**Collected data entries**

::::

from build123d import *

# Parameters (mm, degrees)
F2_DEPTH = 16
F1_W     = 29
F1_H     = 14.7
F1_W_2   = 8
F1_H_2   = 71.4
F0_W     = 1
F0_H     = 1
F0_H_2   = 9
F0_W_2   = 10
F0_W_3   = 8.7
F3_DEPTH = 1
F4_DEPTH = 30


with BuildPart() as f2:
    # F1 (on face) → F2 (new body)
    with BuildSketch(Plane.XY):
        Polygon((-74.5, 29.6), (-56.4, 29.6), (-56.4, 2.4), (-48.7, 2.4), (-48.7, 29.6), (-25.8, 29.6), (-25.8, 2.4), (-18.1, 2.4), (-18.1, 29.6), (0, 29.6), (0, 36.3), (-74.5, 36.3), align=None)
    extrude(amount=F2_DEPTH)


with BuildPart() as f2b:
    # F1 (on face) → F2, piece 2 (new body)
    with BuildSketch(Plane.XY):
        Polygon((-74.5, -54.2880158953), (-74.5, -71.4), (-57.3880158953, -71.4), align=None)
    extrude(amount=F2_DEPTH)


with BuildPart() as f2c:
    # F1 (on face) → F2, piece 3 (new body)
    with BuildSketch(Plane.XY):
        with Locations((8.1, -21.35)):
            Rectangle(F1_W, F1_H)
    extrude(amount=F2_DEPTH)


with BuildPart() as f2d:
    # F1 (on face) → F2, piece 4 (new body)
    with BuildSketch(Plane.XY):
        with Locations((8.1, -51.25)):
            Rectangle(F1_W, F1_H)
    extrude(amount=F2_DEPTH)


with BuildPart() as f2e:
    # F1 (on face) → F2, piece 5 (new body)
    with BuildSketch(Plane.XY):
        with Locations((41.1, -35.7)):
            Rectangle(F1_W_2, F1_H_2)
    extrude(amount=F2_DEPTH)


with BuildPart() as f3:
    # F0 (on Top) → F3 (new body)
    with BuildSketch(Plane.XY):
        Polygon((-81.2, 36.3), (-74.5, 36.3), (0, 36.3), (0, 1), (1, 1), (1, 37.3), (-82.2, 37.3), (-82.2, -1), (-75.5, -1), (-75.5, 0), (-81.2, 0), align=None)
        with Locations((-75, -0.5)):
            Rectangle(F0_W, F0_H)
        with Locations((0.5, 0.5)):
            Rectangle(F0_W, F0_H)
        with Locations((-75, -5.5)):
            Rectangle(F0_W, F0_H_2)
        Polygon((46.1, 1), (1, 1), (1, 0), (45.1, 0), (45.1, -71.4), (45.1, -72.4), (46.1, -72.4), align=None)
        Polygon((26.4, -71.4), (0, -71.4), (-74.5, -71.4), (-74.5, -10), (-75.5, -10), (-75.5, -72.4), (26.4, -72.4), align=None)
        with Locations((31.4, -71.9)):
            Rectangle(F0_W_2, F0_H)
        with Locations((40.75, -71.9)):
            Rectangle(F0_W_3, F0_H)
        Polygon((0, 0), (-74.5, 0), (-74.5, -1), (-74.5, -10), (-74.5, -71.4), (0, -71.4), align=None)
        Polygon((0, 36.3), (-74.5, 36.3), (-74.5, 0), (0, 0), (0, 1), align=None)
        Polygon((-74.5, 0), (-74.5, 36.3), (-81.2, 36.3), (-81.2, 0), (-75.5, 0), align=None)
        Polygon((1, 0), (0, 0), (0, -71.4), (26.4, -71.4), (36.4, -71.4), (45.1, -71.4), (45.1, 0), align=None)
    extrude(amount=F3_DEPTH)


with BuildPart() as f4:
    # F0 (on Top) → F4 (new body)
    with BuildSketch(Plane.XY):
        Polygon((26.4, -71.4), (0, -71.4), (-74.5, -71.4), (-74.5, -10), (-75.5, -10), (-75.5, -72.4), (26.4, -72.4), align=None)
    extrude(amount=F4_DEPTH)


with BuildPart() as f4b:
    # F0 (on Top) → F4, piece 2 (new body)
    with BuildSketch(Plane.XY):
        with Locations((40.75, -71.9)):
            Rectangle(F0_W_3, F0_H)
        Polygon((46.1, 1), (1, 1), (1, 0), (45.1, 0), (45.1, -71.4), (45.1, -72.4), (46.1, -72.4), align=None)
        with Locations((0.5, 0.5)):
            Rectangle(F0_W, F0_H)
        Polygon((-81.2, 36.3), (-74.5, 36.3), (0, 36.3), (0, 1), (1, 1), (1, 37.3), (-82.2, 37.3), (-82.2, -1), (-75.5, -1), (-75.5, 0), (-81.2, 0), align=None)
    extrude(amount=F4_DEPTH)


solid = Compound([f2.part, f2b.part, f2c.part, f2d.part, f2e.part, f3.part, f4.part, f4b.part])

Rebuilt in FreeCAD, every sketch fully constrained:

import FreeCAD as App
import Part
import Sketcher
from FreeCAD import Vector
Q = App.Units.Quantity


def add_polygon(sketch, points):
    """Adds a closed chain of lines whose ends are joined by coincident constraints."""
    first, n = sketch.GeometryCount, len(points)
    for a, b in zip(points, points[1:] + points[:1]):
        sketch.addGeometry(Part.LineSegment(App.Vector(*a, 0), App.Vector(*b, 0)), False)
    for i in range(n):
        sketch.addConstraint(Sketcher.Constraint("Coincident", first + i, 2, first + (i + 1) % n, 1))

doc = App.newDocument("Part")
params = doc.addObject("Spreadsheet::Sheet", "Params")
for row, (alias, value) in enumerate([
    ("sketch1_width", "18.1 mm"),
    ("sketch1_width2", "7.7 mm"),
    ("sketch1_width3", "22.9 mm"),
    ("sketch1_height", "27.2 mm"),
    ("sketch1_height2", "6.7 mm"),
    ("pad1_length", "16 mm"),
    ("sketch2_length", "24.2 mm"),
    ("pad2_length", "16 mm"),
    ("sketch3_width", "29 mm"),
    ("sketch3_height", "14.7 mm"),
    ("pad3_length", "16 mm"),
    ("sketch4_width", "29 mm"),
    ("sketch4_height", "14.7 mm"),
    ("pad4_length", "16 mm"),
    ("sketch5_width", "8 mm"),
    ("sketch5_height", "71.4 mm"),
    ("pad5_length", "16 mm"),
    ("sketch6_width", "45.1 mm"),
    ("sketch6_width2", "83.2 mm"),
    ("sketch6_width3", "6.7 mm"),
    ("sketch6_height", "73.4 mm"),
    ("sketch6_height2", "36.3 mm"),
    ("pad6_length", "1 mm"),
    ("sketch7_width", "1 mm"),
    ("sketch7_width2", "100.9 mm"),
    ("sketch7_height", "61.4 mm"),
    ("pad7_length", "30 mm"),
    ("sketch8_height", "1 mm"),
    ("sketch8_width", "9.7 mm"),
    ("sketch8_width2", "45.1 mm"),
    ("sketch8_width3", "83.2 mm"),
    ("sketch8_width4", "6.7 mm"),
    ("pad8_length", "30 mm"),
], start=1):
    params.set(f"A{row}", alias)
    params.set(f"B{row}", "=" + value)
    params.setAlias(f"B{row}", alias)

body = doc.addObject("PartDesign::Body", "Body")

::::

**Work required**
Return exactly the lines from the one containing "Rebuilt in FreeCAD, every" to the last line of the data, and nothing more.

**Solution for this exercise**
Rebuilt in FreeCAD, every sketch fully constrained:

import FreeCAD as App
import Part
import Sketcher
from FreeCAD import Vector
Q = App.Units.Quantity


def add_polygon(sketch, points):
    """Adds a closed chain of lines whose ends are joined by coincident constraints."""
    first, n = sketch.GeometryCount, len(points)
    for a, b in zip(points, points[1:] + points[:1]):
        sketch.addGeometry(Part.LineSegment(App.Vector(*a, 0), App.Vector(*b, 0)), False)
    for i in range(n):
        sketch.addConstraint(Sketcher.Constraint("Coincident", first + i, 2, first + (i + 1) % n, 1))

doc = App.newDocument("Part")
params = doc.addObject("Spreadsheet::Sheet", "Params")
for row, (alias, value) in enumerate([
    ("sketch1_width", "18.1 mm"),
    ("sketch1_width2", "7.7 mm"),
    ("sketch1_width3", "22.9 mm"),
    ("sketch1_height", "27.2 mm"),
    ("sketch1_height2", "6.7 mm"),
    ("pad1_length", "16 mm"),
    ("sketch2_length", "24.2 mm"),
    ("pad2_length", "16 mm"),
    ("sketch3_width", "29 mm"),
    ("sketch3_height", "14.7 mm"),
    ("pad3_length", "16 mm"),
    ("sketch4_width", "29 mm"),
    ("sketch4_height", "14.7 mm"),
    ("pad4_length", "16 mm"),
    ("sketch5_width", "8 mm"),
    ("sketch5_height", "71.4 mm"),
    ("pad5_length", "16 mm"),
    ("sketch6_width", "45.1 mm"),
    ("sketch6_width2", "83.2 mm"),
    ("sketch6_width3", "6.7 mm"),
    ("sketch6_height", "73.4 mm"),
    ("sketch6_height2", "36.3 mm"),
    ("pad6_length", "1 mm"),
    ("sketch7_width", "1 mm"),
    ("sketch7_width2", "100.9 mm"),
    ("sketch7_height", "61.4 mm"),
    ("pad7_length", "30 mm"),
    ("sketch8_height", "1 mm"),
    ("sketch8_width", "9.7 mm"),
    ("sketch8_width2", "45.1 mm"),
    ("sketch8_width3", "83.2 mm"),
    ("sketch8_width4", "6.7 mm"),
    ("pad8_length", "30 mm"),
], start=1):
    params.set(f"A{row}", alias)
    params.set(f"B{row}", "=" + value)
    params.setAlias(f"B{row}", alias)

body = doc.addObject("PartDesign::Body", "Body")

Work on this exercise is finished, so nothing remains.